Saved data entries
+ + + + +

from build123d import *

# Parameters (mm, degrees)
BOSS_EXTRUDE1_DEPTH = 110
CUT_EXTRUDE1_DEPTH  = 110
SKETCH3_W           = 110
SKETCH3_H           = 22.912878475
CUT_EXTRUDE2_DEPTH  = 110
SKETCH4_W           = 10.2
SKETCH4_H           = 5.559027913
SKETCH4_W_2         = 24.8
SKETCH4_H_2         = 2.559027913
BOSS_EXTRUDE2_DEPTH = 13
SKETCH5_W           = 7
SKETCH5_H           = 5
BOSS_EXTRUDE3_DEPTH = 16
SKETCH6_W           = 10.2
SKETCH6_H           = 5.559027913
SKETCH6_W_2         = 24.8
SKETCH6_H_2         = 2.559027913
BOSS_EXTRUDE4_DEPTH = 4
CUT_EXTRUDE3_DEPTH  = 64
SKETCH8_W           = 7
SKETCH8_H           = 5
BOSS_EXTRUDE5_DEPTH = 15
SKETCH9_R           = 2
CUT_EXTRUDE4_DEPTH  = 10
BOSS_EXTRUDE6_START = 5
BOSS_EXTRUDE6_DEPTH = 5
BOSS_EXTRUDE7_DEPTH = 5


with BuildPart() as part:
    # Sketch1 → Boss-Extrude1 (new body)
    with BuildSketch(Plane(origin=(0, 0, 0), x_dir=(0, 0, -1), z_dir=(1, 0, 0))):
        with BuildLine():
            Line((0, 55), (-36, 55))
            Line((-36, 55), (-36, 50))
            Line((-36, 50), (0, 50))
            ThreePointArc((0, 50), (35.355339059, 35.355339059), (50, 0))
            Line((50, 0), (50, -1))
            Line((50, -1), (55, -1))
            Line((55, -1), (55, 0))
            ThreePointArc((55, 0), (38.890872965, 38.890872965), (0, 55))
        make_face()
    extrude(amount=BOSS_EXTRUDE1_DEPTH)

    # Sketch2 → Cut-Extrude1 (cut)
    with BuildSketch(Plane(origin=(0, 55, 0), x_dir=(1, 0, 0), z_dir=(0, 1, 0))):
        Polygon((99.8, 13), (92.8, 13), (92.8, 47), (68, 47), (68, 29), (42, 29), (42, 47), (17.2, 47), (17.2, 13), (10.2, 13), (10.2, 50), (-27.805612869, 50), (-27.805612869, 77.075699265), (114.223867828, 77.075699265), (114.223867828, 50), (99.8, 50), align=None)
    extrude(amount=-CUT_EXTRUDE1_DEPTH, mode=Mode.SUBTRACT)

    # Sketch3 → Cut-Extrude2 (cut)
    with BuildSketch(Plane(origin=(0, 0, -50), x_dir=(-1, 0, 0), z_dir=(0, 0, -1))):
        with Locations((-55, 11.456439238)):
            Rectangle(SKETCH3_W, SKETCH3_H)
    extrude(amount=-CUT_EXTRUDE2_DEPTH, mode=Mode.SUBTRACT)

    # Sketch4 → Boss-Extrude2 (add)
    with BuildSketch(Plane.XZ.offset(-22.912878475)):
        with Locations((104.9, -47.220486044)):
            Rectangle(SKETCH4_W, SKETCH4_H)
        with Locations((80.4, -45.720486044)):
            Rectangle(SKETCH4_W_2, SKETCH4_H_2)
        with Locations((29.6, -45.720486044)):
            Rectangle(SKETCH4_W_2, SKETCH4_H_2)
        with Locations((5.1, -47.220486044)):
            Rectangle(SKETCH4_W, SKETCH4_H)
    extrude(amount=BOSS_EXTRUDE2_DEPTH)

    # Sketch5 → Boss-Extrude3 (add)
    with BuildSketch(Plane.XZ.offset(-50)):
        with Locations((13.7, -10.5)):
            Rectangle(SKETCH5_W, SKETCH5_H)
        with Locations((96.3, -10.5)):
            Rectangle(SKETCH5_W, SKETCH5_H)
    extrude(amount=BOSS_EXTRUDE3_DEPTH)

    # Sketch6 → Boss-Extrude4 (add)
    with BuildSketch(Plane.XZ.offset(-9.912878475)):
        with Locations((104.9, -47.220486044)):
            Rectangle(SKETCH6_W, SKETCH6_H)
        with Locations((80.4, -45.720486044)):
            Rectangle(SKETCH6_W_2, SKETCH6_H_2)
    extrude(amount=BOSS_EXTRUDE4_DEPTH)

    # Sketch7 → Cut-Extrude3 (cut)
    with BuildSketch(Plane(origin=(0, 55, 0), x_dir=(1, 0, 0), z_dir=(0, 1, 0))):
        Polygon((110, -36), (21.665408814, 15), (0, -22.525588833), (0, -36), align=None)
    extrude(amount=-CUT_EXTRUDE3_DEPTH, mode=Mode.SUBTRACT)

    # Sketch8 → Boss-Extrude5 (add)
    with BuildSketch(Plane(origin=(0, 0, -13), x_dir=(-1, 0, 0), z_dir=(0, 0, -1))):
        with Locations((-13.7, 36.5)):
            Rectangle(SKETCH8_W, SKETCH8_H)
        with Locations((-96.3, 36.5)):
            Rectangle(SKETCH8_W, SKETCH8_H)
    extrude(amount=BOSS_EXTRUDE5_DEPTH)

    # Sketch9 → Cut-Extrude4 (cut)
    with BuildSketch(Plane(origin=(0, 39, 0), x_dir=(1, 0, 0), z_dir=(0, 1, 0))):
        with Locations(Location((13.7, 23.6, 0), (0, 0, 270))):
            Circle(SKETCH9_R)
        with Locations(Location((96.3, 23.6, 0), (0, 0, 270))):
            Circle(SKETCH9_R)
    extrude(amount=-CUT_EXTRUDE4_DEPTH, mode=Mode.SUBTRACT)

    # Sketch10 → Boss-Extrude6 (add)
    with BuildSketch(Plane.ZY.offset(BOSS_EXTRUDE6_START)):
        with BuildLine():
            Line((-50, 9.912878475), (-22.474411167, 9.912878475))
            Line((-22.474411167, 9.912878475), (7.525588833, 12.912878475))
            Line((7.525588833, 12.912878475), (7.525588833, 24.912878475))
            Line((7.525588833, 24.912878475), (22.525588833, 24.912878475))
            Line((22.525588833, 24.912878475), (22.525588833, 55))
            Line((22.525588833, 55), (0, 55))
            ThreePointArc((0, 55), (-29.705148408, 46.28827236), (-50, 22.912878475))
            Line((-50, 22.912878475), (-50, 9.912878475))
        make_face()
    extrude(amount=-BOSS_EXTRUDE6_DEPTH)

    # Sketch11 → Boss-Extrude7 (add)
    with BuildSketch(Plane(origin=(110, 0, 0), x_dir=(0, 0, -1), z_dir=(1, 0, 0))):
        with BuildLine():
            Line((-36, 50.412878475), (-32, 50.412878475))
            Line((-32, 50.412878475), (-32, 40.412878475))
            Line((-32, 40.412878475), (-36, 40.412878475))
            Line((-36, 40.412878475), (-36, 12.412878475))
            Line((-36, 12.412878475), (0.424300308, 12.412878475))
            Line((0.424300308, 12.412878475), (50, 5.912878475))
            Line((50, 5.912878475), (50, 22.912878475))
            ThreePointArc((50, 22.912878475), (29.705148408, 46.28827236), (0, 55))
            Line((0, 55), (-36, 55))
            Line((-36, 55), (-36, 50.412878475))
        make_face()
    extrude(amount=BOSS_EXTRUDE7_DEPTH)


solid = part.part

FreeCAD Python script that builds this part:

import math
import FreeCAD as App
import Part
import Sketcher
Q = App.Units.Quantity


def add_polygon(sketch, points):
    """Adds a closed chain of lines whose ends are joined by coincident constraints."""
    first, n = sketch.GeometryCount, len(points)
    for a, b in zip(points, points[1:] + points[:1]):
        sketch.addGeometry(Part.LineSegment(App.Vector(*a, 0), App.Vector(*b, 0)), False)
    for i in range(n):
        sketch.addConstraint(Sketcher.Constraint("Coincident", first + i, 2, first + (i + 1) % n, 1))

doc = App.newDocument("Part")
body = doc.addObject("PartDesign::Body", "Body")

sketch1 = body.newObject("Sketcher::SketchObject", "Sketch")
sketch1.AttachmentSupport = (doc.getObject("YZ_Plane"), [""])
sketch1.MapMode = "FlatFace"
sketch1.addGeometry([
    Part.LineSegment(App.Vector(55, 0, 0), App.Vector(55, 36, 0)),
    Part.LineSegment(App.Vector(55, 36, 0), App.Vector(50, 36, 0)),
    Part.LineSegment(App.Vector(50, 36, 0), App.Vector(50, 0, 0)),
    Part.ArcOfCircle(Part.Circle(App.Vector(0, 0, 0), App.Vector(0, 0, 1), 50), math.radians(-90), math.radians(0)),
    Part.LineSegment(App.Vector(0, -50, 0), App.Vector(-1, -50, 0)),
    Part.LineSegment(App.Vector(-1, -50, 0), App.Vector(-1, -55, 0)),
    Part.LineSegment(App.Vector(-1, -55, 0), App.Vector(0, -55, 0)),
    Part.ArcOfCircle(Part.Circle(App.Vector(0, 0, 0), App.Vector(0, 0, 1), 55), math.radians(-90), math.radians(0)),
], False)
sketch1.addConstraint([
    Sketcher.Constraint("Coincident", 0, 2, 1, 1),
    Sketcher.Constraint("Coincident", 1, 2, 2, 1),
    Sketcher.Constraint("Tangent", 2, 2, 3, 2),
    Sketcher.Constraint("Tangent", 3, 1, 4, 1),
    Sketcher.Constraint("Coincident", 4, 2, 5, 1),
    Sketcher.Constraint("Coincident", 5, 2, 6, 1),
    Sketcher.Constraint("Tangent", 6, 2, 7, 1),
    Sketcher.Constraint("Tangent", 7, 2, 0, 1),
    Sketcher.Constraint("Vertical", 0),
    Sketcher.Constraint("Horizontal", 1),
    Sketcher.Constraint("Vertical", 2),
    Sketcher.Constraint("Horizontal", 4),
    Sketcher.Constraint("Vertical", 5),
    Sketcher.Constraint("Horizontal", 6),
    Sketcher.Constraint("Coincident", 3, 3, -1, 1),
    Sketcher.Constraint("Coincident", 7, 3, -1, 1),
    Sketcher.Constraint("Radius", 3, Q("50 mm")),
    Sketcher.Constraint("Radius", 7, Q("55 mm")),
    Sketcher.Constraint("DistanceX", 4, 2, 4, 1, Q("1 mm")),
    Sketcher.Constraint("DistanceY", 0, 1, 0, 2, Q("36 mm")),
])
pad1 = body.newObject("PartDesign::Pad", "Pad")
pad1.Profile = sketch1
pad1.Length = 110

+ + + + +

Problem
Search the entries for the string "offset" and collect each line that has it.

Written answer
    with BuildSketch(Plane.XZ.offset(-22.912878475)):
    with BuildSketch(Plane.XZ.offset(-50)):
    with BuildSketch(Plane.XZ.offset(-9.912878475)):
    with BuildSketch(Plane.ZY.offset(BOSS_EXTRUDE6_START)):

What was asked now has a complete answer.